Great achievement! The Nose is something I (like many climbers, I suspect) aspire to, but to do it solo, in a day, is just way beyond that!

(Minor gripe about the "brief history": no mention of the first free ascent?)
 natetan 20 Jun 2013
In reply to UKC News: Well done Chris - epic effort! Def deserve a beer when your back!
 RKernan 20 Jun 2013
In reply to UKC News:

NIAD = Nose In a Day?
 Ian Dunn 20 Jun 2013
In reply to UKC News: Would be nice to have included First Free Ascent and First Free Ascent in sub 24hrs well done Lynne Hill.
 Rachel Slater 21 Jun 2013
In reply to Ian Dunn: Common knowledge?
In reply to UKC News: Awesome effort! Get him interviewed
Adam Wainwright 21 Jun 2013
In reply to Rick Graham:
Agreed. Very well done indeed.
 TobyA 21 Jun 2013
In reply to Enty:

> I'd love to know the intricacies of how he did this - running pitches together, running it out, how much he freed etc etc.

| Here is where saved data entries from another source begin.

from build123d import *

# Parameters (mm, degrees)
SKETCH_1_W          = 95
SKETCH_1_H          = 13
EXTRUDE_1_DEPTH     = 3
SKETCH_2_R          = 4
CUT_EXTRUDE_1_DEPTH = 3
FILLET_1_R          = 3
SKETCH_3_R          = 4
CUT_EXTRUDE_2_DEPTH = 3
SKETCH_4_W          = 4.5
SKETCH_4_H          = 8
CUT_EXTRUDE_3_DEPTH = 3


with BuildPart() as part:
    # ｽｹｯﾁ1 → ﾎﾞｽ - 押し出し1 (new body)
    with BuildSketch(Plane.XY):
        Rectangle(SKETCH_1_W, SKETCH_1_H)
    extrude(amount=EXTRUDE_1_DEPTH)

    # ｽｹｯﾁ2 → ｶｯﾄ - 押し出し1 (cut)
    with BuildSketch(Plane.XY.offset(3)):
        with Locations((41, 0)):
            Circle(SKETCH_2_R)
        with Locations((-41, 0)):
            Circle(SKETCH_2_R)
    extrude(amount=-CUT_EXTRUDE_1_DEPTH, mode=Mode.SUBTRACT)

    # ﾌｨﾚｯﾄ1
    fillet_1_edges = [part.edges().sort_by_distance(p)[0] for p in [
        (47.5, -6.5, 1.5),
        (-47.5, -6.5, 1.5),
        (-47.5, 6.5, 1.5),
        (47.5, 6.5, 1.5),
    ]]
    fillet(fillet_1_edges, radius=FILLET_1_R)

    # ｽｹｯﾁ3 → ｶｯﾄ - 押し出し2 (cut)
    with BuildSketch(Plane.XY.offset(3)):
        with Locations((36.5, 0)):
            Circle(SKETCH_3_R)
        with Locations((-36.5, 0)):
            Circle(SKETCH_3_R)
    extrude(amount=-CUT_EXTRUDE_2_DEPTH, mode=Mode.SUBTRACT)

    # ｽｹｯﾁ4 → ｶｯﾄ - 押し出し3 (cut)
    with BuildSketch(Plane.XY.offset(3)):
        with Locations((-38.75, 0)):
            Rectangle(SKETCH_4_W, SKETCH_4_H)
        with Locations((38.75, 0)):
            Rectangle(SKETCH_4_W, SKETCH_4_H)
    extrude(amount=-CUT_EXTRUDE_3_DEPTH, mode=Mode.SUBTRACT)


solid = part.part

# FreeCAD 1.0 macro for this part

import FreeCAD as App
import Part
import Sketcher
from FreeCAD import Vector
Q = App.Units.Quantity


def edges_at(feature, points):
    """Names of the edges that pass closest to the given points."""
    edges = feature.Shape.Edges
    near = lambda p: min(range(len(edges)), key=lambda i: edges[i].distToShape(Part.Vertex(*p))[0])
    return sorted({f"Edge{near(p) + 1}" for p in points})

doc = App.newDocument("Part")
body = doc.addObject("PartDesign::Body", "Body")

sketch1 = body.newObject("Sketcher::SketchObject", "Sketch")
sketch1.AttachmentSupport = (doc.getObject("XY_Plane"), [""])
sketch1.MapMode = "FlatFace"
sketch1.addGeometry([
    Part.LineSegment(Vector(-48, 6, 0), Vector(-48, -6, 0)),
    Part.LineSegment(Vector(-48, -6, 0), Vector(48, -6, 0)),
    Part.LineSegment(Vector(48, -6, 0), Vector(48, 6, 0)),
    Part.LineSegment(Vector(48, 6, 0), Vector(-48, 6, 0)),
], False)
sketch1.addConstraint([
    Sketcher.Constraint("Coincident", 0, 2, 1, 1),
    Sketcher.Constraint("Coincident", 1, 2, 2, 1),
    Sketcher.Constraint("Coincident", 2, 2, 3, 1),
    Sketcher.Constraint("Coincident", 3, 2, 0, 1),
    Sketcher.Constraint("Vertical", 0),
    Sketcher.Constraint("Horizontal", 1),
    Sketcher.Constraint("Vertical", 2),
    Sketcher.Constraint("Horizontal", 3),
    Sketcher.Constraint("Symmetric", 0, 2, 2, 2, -1, 1),
    Sketcher.Constraint("DistanceX", 1, 1, 1, 2, Q("95 mm")),
    Sketcher.Constraint("DistanceY", 0, 2, 0, 1, Q("13 mm")),
])
pad1 = body.newObject("PartDesign::Pad", "Pad")
pad1.Profile = sketch1
pad1.Length = 3

sketch2 = body.newObject("Sketcher::SketchObject", "Sketch001")
sketch2.AttachmentSupport = (doc.getObject("XY_Plane"), [""])
sketch2.MapMode = "FlatFace"
sketch2.AttachmentOffset = App.Placement(Vector(0, 0, 3), App.Rotation())
sketch2.addGeometry([
    Part.Circle(Vector(41, 0, 0), Vector(0, 0, 1), 4),
    Part.Circle(Vector(-41, 0, 0), Vector(0, 0, 1), 4),
], False)
sketch2.addConstraint([
    Sketcher.Constraint("Equal", 0, 1),
    Sketcher.Constraint("Symmetric", 0, 3, 1, 3, -1, 1),
    Sketcher.Constraint("PointOnObject", 0, 3, -1),
    Sketcher.Constraint("Diameter", 0, Q("8 mm")),
    Sketcher.Constraint("DistanceX", -1, 1, 0, 3, Q("41 mm")),
])
pocket1 = body.newObject("PartDesign::Pocket", "Pocket")
pocket1.Profile = sketch2
pocket1.Length = 3
doc.recompute()

fillet = body.newObject("PartDesign::Fillet", "Fillet")
fillet.Base = (pocket1, edges_at(pocket1, [
    (47.5, -6.5, 1.5),
    (-47.5, -6.5, 1.5),
    (-47.5, 6.5, 1.5),
    (47.5, 6.5, 1.5),
]))
fillet.Radius = 3

sketch3 = body.newObject("Sketcher::SketchObject", "Sketch002")
sketch3.AttachmentSupport = (doc.getObject("XY_Plane"), [""])
sketch3.MapMode = "FlatFace"
sketch3.AttachmentOffset = App.Placement(Vector(0, 0, 3), App.Rotation())
sketch3.addGeometry([
    Part.Circle(Vector(36.5, 0, 0), Vector(0, 0, 1), 4),
    Part.Circle(Vector(-36.5, 0, 0), Vector(0, 0, 1), 4),
], False)
sketch3.addConstraint([
    Sketcher.Constraint("Equal", 0, 1),
    Sketcher.Constraint("Symmetric", 0, 3, 1, 3, -1, 1),
    Sketcher.Constraint("PointOnObject", 0, 3, -1),
    Sketcher.Constraint("Diameter", 0, Q("8 mm")),
    Sketcher.Constraint("DistanceX", 1, 3, 0, 3, Q("73 mm")),
])
pocket2 = body.newObject("PartDesign::Pocket", "Pocket001")
pocket2.Profile = sketch3
pocket2.Length = 3

sketch4 = body.newObject("Sketcher::SketchObject", "Sketch003")
sketch4.AttachmentSupport = (doc.getObject("XY_Plane"), [""])
sketch4.MapMode = "FlatFace"
sketch4.AttachmentOffset = App.Placement(Vector(0, 0, 3), App.Rotation())
sketch4.addGeometry([
    Part.LineSegment(Vector(-41, 4, 0), Vector(-41, -4, 0)),
    Part.LineSegment(Vector(-41, -4, 0), Vector(-36.5, -4, 0)),
    Part.LineSegment(Vector(-36.5, -4, 0), Vector(-36.5, 4, 0)),
    Part.LineSegment(Vector(-36.5, 4, 0), Vector(-41, 4, 0)),
    Part.LineSegment(Vector(36.5, 4, 0), Vector(36.5, -4, 0)),
    Part.LineSegment(Vector(36.5, -4, 0), Vector(41, -4, 0)),
    Part.LineSegment(Vector(41, -4, 0), Vector(41, 4, 0)),
    Part.LineSegment(Vector(41, 4, 0), Vector(36.5, 4, 0)),
], False)
sketch4.addConstraint([
    Sketcher.Constraint("Coincident", 0, 2, 1, 1),
    Sketcher.Constraint("Coincident", 1, 2, 2, 1),
    Sketcher.Constraint("Coincident", 2, 2, 3, 1),
    Sketcher.Constraint("Coincident", 3, 2, 0, 1),
    Sketcher.Constraint("Coincident", 4, 2, 5, 1),
    Sketcher.Constraint("Coincident", 5, 2, 6, 1),
    Sketcher.Constraint("Coincident", 6, 2, 7, 1),
    Sketcher.Constraint("Coincident", 7, 2, 4, 1),
    Sketcher.Constraint("Vertical", 0),
    Sketcher.Constraint("Horizontal", 1),
    Sketcher.Constraint("Vertical", 2),
    Sketcher.Constraint("Horizontal", 3),
    Sketcher.Constraint("Vertical", 4),
    Sketcher.Constraint("Horizontal", 5),
    Sketcher.Constraint("Vertical", 6),
    Sketcher.Constraint("Horizontal", 7),
    Sketcher.Constraint("Symmetric", 2, 2, 4, 2, -1, 1),
    Sketcher.Constraint("Symmetric", 0, 2, 6, 2, -1, 1),
    Sketcher.Constraint("Horizontal", 1, 2, 4, 2),
    Sketcher.Constraint("DistanceY", 0, 2, 0, 1, Q("8 mm")),
    Sketcher.Constraint("DistanceX", 1, 1, 1, 2, Q("4.5 mm")),
    Sketcher.Constraint("DistanceX", 0, 2, -1, 1, Q("41 mm")),
])
pocket3 = body.newObject("PartDesign::Pocket", "Pocket002")
pocket3.Profile = sketch4
pocket3.Length = 3

doc.recompute()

Exactly - I know with team IAD ascents they do these mega pitches by in effect climbing together, or putting ropemen on to runners etc. but I don't see how you do that soloing. Presumably he had cover lots of ground three times - lead pitch and fix, rap, jug back up? And is there much free-soloing involved? :-/
 Kemics 21 Jun 2013
In reply to TobyA:

Christ I hadn't even thought of that, essentially he climbed El Cap twice!
 UKB Shark 21 Jun 2013
In reply to TobyA:
>
> Exactly - I know with team IAD ascents they do these mega pitches by in effect climbing together, or putting ropemen on to runners etc. but I don't see how you do that soloing. Presumably he had cover lots of ground three times - lead pitch and fix, rap, jug back up? And is there much free-soloing involved? :-/


I reckon he would have done 70-80% of it free. Typically you would tie off the other end of the rope at a belay (usually bolt belays on the Nose) and then free climb with a modified gri-gri (or similar) running through the rope putting in gear as you go.

Really good to hear. Well done Chris Bevins
 Es Tresidder 21 Jun 2013
In reply to UKC News: Fantastic effort, well done Chris!
 royal 21 Jun 2013
In reply to UKC News:
Awesome achievement, great work.
 Enty 21 Jun 2013
In reply to TobyA:
> (In reply to Enty)
>
> [...]
>
> Exactly - I know with team IAD ascents they do these mega pitches by in effect climbing together, or putting ropemen on to runners etc. but I don't see how you do that soloing. Presumably he had cover lots of ground three times - lead pitch and fix, rap, jug back up? And is there much free-soloing involved? :-/

I've done some aid soloing and I've done The Nose - in 3.5 days (not solo ha ha!!) so I'd love to know his systems which enable you to move quick enough to do this in 24h.

UKC - This is an amazing ascent - interview please!!

E
 Rick Graham 21 Jun 2013
In reply to Enty:
> (In reply to TobyA)
> [...]
>
> I've done some aid soloing and I've done The Nose - in 3.5 days (not solo ha ha!!) so I'd love to know his systems which enable you to move quick enough to do this in 24h.
>

Most tips and techniques are on supertopo and John Long / Middledorf books.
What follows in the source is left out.